The tests show that a single connectivity instance is able to perform ~600 live messages/s. Attempting more results in high garbage collection time and high Command Processing Time, as can be seen in “GC” and “Gateway Traces” dashboards.

Gateway
Garbage Collection Time

Scaling the instances and increasing the value of connection clientCount solves the GC issue and doubles the messages/s. Performing more than 2400 live messages/s also results in high garbage collection time for things and gateway services and this is the maximum with single things and gateway services. Scaling things and gateway solves the issue and results in ~3000 live messages/s.

Setup 1 instance of each service 2 connectivity, 1 instance each else 3 connectivity, 1 instance each else 4 connectivity, 1 instance each else 5 connectivity, 2 things, 2 gateway, 1 instance each else
Live messages/s ~600 ~1200 ~1800 ~2400 ~3000
Command Processing Time(ms) ~50 ~50 ~100 ~240 ~50
Signal Processing Times(ms) ~15 ~15 ~40 ~90 ~20

Additional tuning properties, not used in the scenarios

Ditto ‘tuning’ environment variables, that were not mentioned, because those cases were never hit, while executing the scenarios.

THING_PERSISTENCE_ACTOR_MAILBOX_SIZE - Used for special actor mailbox, which handles ThingModifyCommands, see org. eclipse.ditto.things.service.persistence.actors.ThingPersistenceActorMailbox. If number of messages is more than the mailbox capacity, modify command results in error, like the following:

Too many modifying requests are already outstanding to the Thing with ID 'org.eclipse.ditto:test-thing-1'.
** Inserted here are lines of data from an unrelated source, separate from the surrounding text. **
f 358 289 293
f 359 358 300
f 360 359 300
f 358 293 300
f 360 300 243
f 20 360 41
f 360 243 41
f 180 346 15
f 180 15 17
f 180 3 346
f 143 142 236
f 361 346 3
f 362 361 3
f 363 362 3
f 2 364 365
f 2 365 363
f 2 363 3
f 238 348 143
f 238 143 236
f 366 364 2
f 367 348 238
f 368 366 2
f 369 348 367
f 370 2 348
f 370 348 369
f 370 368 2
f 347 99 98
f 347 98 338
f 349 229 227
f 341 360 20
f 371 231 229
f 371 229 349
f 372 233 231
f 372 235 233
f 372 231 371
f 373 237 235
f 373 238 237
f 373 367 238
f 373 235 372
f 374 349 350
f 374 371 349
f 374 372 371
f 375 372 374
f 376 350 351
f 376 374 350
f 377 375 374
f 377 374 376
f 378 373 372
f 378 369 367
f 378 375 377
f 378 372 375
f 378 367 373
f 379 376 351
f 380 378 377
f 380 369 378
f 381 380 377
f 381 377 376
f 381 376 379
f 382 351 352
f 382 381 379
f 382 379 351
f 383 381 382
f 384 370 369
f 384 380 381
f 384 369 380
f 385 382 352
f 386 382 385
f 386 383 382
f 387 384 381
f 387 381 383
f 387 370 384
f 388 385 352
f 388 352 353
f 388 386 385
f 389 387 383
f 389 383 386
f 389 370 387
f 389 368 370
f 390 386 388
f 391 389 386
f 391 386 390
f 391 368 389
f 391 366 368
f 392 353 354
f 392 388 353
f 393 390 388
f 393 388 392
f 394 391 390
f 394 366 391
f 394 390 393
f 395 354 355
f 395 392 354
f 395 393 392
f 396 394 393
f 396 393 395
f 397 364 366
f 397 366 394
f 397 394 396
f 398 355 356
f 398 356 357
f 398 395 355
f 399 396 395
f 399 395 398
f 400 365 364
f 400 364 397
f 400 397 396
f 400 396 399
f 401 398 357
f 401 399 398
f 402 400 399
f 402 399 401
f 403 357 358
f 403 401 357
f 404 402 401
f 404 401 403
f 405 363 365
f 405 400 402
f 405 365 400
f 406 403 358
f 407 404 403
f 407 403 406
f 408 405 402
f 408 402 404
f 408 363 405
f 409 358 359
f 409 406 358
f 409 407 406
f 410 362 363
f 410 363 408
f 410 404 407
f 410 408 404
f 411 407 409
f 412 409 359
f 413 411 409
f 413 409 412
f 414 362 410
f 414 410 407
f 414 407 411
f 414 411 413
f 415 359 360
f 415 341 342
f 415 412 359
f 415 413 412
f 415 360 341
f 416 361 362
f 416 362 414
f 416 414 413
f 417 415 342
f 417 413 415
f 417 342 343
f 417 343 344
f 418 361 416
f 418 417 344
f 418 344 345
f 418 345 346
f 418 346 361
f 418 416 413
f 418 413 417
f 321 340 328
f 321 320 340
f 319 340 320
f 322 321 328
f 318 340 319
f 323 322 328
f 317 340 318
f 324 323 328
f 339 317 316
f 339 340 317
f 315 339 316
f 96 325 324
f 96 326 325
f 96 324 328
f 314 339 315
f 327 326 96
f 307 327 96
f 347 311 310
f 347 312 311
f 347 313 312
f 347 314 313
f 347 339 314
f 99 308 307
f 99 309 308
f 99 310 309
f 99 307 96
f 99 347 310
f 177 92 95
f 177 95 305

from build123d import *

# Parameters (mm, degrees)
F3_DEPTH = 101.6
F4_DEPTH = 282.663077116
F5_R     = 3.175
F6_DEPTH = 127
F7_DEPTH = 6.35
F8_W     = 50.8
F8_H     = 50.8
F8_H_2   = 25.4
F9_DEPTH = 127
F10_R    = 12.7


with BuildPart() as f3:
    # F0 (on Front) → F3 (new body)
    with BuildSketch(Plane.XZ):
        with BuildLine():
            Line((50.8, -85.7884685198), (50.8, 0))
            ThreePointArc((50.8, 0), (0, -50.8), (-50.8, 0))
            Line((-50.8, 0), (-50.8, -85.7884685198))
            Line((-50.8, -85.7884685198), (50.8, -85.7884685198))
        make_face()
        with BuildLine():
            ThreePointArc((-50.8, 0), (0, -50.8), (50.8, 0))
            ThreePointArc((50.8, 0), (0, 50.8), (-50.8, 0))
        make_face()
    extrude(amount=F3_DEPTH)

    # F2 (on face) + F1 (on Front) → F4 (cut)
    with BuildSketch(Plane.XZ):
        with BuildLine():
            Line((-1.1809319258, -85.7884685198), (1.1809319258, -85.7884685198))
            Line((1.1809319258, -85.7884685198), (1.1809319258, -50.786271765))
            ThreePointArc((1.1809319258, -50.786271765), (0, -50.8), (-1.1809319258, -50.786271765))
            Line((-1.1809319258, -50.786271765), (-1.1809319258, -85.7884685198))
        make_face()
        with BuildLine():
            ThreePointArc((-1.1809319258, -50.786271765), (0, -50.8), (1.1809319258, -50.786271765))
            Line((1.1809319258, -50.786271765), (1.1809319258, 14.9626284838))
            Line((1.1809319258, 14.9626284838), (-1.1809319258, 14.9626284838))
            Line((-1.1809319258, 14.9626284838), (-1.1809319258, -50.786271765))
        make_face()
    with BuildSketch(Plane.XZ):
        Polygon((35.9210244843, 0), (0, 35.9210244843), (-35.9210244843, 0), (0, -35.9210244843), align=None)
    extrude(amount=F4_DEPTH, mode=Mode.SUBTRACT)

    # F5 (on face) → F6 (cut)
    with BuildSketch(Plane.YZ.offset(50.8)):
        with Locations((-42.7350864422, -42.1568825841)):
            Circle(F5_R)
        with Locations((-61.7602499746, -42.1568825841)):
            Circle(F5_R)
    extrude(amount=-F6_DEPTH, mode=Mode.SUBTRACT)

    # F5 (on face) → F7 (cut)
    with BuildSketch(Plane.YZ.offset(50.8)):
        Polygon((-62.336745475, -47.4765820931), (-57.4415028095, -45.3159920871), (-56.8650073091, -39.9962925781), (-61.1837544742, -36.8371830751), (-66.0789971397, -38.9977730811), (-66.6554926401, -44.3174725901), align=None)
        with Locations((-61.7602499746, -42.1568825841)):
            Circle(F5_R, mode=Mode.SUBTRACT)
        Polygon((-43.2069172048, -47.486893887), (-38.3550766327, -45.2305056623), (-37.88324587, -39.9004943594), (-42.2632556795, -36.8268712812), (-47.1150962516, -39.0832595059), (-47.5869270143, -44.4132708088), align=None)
REMOTE_OUTBOUND_MESSAGE_QUEUE_SIZE - See https://doc.akka.io/docs/akka/current/general/configuration-reference.html

        # Size of the send queue for outgoing messages. Messages will be dropped if
        # the queue becomes full. This may happen if you send a burst of many messages
        # without end-to-end flow control. Note that there is one such queue per
        # outbound association. The trade-off of using a larger queue size is that
        # it consumes more memory, since the queue is based on preallocated array with
        # fixed size.
        outbound-message-queue-size = 3072

If this limit is hit, the following error log will appear:

Message [org.eclipse.ditto.things.model.signals.commands.modify.ModifyAttribute] from Actor
[akka://ditto-cluster/temp/thingProxy$AsP9C] to Actor[akka://ditto-cluster@10.0.157.
154:2552/system/sharding/thing#362290016] was dropped. Due to overflow of send queue, size [3072]. [10] dead letters 
encountered, no more dead letters will be logged in next [5.000 min]. This logging can be turned off or adjusted 
with configuration settings 'akka.log-dead-letters' and 'akka.log-dead-letters-during-shutdown'.